On UNIX/Linux, which seems to be the case here, you can follow your R
process
externally by attaching with strace (or truss, trace -- whatever it
might be
called), i.e. do "strace -p <pid>". This should tell you which file
is being
read at the moment, and how well. You can also do "ls -l /proc/<pid>/
fd" for
a snapshot of the open files. Or try top or ps (with the right
options).
On Sep 10, 2009, at 6:16 PM, Martin Morgan wrote:
Pratap, Abhishek wrote:
Hi Ivan
I suspected it but not 100% sure. My % cpu for R process
fluctuates btwn (60-100) and swap usage looks ok to me.
I remember there was some talk on the mailing list that dev
version (R/ShortRead) is a lot faster.
Hi Abhishek,
My experience is in the 5 minutes / lane range for qa, so it would
seem
to be running a long time. The ... arguments to qa are passed to the
function that reads individual files (readAligned), so you can
include a
verbose=TRUE argument for a bit more chat. You might write a short
script along the lines of
gcinfo(TRUE)
library(ShortRead)
dirPath <- "some/directory"
pattern <- "<some_pattern>"
stopifnot(list.files(dir, pattern) != <files I'm expecting>
qa <- qa(dirPath, pattern, type=<my type>, verbose=TRUE)
save(qa, file=<some file>)
Try running this from the command line
R -f MyScript.R
the gcinfo(TRUE) will cause R to start printing messages about
Garbage collection 3 = 2+0+1 (level 0) ...
7.4 Mbytes of cons cells used (39%)
1.3 Mbytes of vectors used (21%)
Garbage collection 4 = 3+0+1 (level 0) ...
10.3 Mbytes of cons cells used (55%)
which indicates that R is busy managing it's memory even before
starting
to do real work. So give R more memory until it quiets down
R --min-nsize=20M --min-vsize=4G -f MyScript.R
(these values are my best guess at what is appropriate, the M is
'million', the 'G' Giga).
qa() should be reading one file at a time, so the memory
requirement is
for the largest (product of reads and cycles) lane. You should be able
to get a handle on the size of that using readAligned().

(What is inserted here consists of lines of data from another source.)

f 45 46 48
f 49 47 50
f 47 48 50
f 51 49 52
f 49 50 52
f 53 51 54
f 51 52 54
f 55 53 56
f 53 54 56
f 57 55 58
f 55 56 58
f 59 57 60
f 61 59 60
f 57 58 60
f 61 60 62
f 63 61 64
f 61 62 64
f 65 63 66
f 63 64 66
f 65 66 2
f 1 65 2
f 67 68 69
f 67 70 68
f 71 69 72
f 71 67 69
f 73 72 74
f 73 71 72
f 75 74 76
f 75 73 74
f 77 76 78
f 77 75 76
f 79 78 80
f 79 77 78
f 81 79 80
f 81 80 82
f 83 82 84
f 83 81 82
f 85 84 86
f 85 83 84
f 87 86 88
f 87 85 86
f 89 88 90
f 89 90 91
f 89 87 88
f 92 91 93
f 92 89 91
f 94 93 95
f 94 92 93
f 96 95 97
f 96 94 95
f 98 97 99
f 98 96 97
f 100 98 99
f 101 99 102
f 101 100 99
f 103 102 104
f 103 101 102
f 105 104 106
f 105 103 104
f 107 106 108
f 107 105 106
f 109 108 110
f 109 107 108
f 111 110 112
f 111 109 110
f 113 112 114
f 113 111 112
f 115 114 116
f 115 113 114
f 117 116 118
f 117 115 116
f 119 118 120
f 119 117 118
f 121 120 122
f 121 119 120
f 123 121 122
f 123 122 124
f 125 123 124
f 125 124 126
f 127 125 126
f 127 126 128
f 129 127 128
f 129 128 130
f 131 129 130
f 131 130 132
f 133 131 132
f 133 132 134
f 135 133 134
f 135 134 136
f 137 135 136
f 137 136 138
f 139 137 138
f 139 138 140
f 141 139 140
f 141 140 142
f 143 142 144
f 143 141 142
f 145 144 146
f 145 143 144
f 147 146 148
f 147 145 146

How many reads and cycles are there in your data?
Martin
Thanks,
-Abhi
-----Original Message-----
From: Ivan Gregoretti [mailto:[email protected]]

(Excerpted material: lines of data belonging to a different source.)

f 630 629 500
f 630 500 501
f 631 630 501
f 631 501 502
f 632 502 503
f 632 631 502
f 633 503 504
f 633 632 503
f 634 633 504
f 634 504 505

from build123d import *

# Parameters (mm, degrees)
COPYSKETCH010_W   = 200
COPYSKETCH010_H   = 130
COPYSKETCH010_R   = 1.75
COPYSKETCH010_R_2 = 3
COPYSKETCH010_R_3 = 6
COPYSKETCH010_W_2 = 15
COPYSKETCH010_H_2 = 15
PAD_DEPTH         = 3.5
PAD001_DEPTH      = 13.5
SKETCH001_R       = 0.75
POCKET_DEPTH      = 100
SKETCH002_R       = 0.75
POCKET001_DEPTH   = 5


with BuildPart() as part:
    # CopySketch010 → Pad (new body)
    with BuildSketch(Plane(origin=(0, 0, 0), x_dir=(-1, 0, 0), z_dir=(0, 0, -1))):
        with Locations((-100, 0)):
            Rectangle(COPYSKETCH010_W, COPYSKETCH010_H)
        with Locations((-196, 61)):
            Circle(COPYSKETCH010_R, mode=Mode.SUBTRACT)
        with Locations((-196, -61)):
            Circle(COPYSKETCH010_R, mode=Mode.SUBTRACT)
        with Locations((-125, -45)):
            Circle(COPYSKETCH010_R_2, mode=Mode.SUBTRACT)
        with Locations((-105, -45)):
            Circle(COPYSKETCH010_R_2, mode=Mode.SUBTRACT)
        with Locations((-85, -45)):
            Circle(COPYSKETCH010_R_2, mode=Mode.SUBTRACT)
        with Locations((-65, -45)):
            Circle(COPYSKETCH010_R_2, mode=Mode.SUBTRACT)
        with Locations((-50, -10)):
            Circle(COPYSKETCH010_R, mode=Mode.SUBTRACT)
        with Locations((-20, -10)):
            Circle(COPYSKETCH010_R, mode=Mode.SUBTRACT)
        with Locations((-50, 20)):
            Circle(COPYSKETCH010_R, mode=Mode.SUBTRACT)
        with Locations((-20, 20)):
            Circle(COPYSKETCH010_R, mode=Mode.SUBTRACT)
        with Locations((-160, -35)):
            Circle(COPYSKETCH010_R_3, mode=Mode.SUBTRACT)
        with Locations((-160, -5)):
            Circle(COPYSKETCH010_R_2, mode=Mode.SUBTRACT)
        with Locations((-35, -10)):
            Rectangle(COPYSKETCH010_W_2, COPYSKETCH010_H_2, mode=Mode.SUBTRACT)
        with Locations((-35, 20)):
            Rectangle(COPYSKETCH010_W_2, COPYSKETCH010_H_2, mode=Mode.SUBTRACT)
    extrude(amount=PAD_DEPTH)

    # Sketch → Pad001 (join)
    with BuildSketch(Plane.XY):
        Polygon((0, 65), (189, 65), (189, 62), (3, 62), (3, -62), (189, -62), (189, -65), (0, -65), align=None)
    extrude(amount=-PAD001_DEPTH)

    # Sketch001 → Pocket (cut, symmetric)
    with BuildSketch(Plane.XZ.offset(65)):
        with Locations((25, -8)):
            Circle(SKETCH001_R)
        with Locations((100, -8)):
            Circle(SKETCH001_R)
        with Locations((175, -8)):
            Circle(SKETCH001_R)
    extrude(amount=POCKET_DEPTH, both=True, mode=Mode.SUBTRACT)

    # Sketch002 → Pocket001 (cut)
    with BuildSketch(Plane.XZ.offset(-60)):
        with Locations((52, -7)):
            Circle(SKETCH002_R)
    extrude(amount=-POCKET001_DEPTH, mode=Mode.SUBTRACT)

Sent: Thursday, September 10, 2009 5:01 PM
To: Pratap, Abhishek
Cc: Martin Morgan; [email protected]
Subject: Re: [Bioc-sig-seq] Slow/hanged QA on Illumina Data
It sounds like you may have run out of memory in your linux box.

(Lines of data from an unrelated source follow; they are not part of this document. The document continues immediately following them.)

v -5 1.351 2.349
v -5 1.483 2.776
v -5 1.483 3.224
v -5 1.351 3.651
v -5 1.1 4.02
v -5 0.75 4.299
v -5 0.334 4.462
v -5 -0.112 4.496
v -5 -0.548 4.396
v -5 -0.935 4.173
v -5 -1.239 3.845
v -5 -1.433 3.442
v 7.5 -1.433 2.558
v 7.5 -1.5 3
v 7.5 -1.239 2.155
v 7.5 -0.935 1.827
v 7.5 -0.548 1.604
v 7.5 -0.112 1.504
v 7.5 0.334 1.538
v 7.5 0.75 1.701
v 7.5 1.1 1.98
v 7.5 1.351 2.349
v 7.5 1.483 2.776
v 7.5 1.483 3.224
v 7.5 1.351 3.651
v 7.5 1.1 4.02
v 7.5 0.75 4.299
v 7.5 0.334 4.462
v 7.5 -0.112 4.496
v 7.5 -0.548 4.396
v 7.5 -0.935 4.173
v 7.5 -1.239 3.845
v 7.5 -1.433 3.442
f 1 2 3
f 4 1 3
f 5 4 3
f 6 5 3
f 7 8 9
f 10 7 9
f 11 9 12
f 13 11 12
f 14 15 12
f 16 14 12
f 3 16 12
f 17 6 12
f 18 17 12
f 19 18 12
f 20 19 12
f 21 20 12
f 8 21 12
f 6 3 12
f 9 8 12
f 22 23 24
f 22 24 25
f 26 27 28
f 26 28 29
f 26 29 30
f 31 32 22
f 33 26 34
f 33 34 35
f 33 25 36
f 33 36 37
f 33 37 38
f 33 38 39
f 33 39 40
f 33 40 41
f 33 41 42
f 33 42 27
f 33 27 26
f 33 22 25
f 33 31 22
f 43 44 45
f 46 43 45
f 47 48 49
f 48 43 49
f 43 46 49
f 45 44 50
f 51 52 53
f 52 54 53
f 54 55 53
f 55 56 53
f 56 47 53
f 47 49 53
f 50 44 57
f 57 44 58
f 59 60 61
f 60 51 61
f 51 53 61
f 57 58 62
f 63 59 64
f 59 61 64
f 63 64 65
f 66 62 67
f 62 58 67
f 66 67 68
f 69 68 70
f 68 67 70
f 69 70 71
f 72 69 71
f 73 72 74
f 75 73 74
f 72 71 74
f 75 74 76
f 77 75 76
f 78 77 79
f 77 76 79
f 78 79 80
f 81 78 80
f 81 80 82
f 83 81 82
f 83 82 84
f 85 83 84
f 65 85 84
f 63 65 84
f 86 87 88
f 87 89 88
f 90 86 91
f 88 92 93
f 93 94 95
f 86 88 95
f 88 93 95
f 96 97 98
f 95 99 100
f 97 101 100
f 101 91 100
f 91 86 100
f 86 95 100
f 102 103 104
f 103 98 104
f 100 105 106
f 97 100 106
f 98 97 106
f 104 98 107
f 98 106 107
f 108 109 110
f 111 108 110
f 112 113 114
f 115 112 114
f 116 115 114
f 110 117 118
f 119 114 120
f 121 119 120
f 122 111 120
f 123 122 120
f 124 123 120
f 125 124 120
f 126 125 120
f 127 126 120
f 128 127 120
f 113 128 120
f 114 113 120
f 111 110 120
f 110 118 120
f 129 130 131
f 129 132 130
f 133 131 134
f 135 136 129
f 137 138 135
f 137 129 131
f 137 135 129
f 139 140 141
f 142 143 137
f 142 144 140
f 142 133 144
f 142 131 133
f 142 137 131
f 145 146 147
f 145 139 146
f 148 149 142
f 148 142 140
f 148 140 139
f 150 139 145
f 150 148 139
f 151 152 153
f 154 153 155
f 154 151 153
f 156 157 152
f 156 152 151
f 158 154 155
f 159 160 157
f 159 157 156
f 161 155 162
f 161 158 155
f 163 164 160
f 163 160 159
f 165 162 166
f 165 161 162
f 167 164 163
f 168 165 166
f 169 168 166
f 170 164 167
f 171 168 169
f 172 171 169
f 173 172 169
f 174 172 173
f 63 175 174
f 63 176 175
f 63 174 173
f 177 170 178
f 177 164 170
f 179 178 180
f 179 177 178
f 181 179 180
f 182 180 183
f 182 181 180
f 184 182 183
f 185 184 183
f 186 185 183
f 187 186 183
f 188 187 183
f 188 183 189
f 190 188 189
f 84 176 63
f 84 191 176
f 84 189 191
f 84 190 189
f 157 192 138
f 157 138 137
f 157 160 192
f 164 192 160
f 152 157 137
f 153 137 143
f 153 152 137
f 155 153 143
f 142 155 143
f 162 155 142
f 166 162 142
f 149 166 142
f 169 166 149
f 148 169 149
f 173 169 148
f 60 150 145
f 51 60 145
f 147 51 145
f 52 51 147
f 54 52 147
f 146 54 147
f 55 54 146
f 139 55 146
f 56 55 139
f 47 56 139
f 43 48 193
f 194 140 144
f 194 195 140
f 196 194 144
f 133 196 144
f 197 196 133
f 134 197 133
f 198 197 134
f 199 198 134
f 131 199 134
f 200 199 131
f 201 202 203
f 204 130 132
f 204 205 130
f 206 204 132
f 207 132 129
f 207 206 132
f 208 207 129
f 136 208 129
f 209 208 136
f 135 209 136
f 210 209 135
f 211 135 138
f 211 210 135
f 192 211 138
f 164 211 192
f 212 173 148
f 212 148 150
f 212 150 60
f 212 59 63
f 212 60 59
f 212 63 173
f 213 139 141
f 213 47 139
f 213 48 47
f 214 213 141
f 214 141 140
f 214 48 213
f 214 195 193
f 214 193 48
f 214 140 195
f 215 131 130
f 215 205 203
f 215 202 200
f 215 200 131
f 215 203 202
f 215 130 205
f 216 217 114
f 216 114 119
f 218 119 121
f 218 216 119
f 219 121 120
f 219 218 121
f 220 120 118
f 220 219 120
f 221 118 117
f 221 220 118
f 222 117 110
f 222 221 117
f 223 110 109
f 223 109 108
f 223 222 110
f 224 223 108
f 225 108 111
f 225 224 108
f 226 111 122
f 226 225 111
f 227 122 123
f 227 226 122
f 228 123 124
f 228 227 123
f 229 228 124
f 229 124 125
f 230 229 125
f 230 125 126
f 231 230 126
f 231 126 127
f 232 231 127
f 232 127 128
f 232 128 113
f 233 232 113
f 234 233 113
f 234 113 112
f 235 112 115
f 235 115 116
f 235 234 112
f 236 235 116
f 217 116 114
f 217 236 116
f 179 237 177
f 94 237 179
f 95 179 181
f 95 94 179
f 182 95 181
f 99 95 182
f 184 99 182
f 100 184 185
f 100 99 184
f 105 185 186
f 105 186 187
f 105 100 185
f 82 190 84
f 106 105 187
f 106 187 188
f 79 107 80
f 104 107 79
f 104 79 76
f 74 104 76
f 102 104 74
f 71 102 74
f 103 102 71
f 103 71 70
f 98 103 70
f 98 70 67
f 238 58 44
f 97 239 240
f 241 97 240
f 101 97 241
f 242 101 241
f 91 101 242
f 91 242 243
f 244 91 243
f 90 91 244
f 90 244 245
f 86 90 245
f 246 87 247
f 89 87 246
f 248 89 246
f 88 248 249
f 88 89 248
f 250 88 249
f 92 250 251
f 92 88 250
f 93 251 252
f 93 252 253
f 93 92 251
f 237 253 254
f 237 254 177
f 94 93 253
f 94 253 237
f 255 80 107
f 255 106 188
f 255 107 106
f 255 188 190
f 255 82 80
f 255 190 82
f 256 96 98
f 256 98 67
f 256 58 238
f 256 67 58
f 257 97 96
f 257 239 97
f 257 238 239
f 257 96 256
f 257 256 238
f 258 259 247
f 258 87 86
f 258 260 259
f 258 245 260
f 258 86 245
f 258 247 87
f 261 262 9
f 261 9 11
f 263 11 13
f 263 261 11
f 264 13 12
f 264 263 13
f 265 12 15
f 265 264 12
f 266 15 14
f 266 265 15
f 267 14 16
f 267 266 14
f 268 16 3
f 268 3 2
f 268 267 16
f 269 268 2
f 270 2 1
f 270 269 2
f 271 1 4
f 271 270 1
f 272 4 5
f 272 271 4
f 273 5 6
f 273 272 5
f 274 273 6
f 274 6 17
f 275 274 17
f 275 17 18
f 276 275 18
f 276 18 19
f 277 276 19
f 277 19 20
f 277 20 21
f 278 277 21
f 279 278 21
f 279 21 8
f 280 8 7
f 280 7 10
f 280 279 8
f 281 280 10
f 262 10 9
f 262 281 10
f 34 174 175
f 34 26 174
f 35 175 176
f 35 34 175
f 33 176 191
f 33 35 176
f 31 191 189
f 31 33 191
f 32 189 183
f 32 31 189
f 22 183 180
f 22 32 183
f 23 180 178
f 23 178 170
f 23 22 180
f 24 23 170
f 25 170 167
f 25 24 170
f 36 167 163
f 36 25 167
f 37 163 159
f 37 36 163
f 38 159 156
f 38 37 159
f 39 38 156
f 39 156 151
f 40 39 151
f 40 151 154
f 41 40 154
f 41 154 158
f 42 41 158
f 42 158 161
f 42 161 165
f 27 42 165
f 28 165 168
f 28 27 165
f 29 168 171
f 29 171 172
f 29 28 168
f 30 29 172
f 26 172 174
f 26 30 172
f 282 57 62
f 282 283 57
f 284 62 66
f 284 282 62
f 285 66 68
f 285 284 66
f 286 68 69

When I run qa() in my 16GB machine, it usually uses ~14GB just for
this qa() process.
That is for 36 bases. May be, it you are running 75 bases, you just
used all the RAM.
Is the processor running 100%? Check it issuing 'top' at the command
line. If it is, then you are good.
'top' can also tell you is you are swapping wildly. (swapping is when
your machine runs out of RAM memory and starts storing data in a
temporary location in you hard drive to avoid crashing.)
Ivan
Ivan Gregoretti, PhD
National Institute of Diabetes and Digestive and Kidney Diseases
National Institutes of Health
5 Memorial Dr, Building 5, Room 205.
Bethesda, MD 20892. USA.
Phone: 1-301-496-1592
Fax: 1-301-496-9878
sessionInfo()
R version 2.10.0 Under development (unstable) (2009-08-12 r49169)
x86_64-unknown-linux-gnu
locale:
[1] LC_CTYPE=en_US.UTF-8 LC_NUMERIC=C
[3] LC_TIME=en_US.UTF-8 LC_COLLATE=en_US.UTF-8
[5] LC_MONETARY=C LC_MESSAGES=en_US.UTF-8
[7] LC_PAPER=en_US.UTF-8 LC_NAME=C
[9] LC_ADDRESS=C LC_TELEPHONE=C
[11] LC_MEASUREMENT=en_US.UTF-8 LC_IDENTIFICATION=C
attached base packages:
[1] stats graphics grDevices utils datasets methods base
On Thu, Sep 10, 2009 at 4:35 PM, Pratap, Abhishek
<[email protected]> wrote:
Hi Martin
I am noticing a lethargic or may be hanged processing with qa()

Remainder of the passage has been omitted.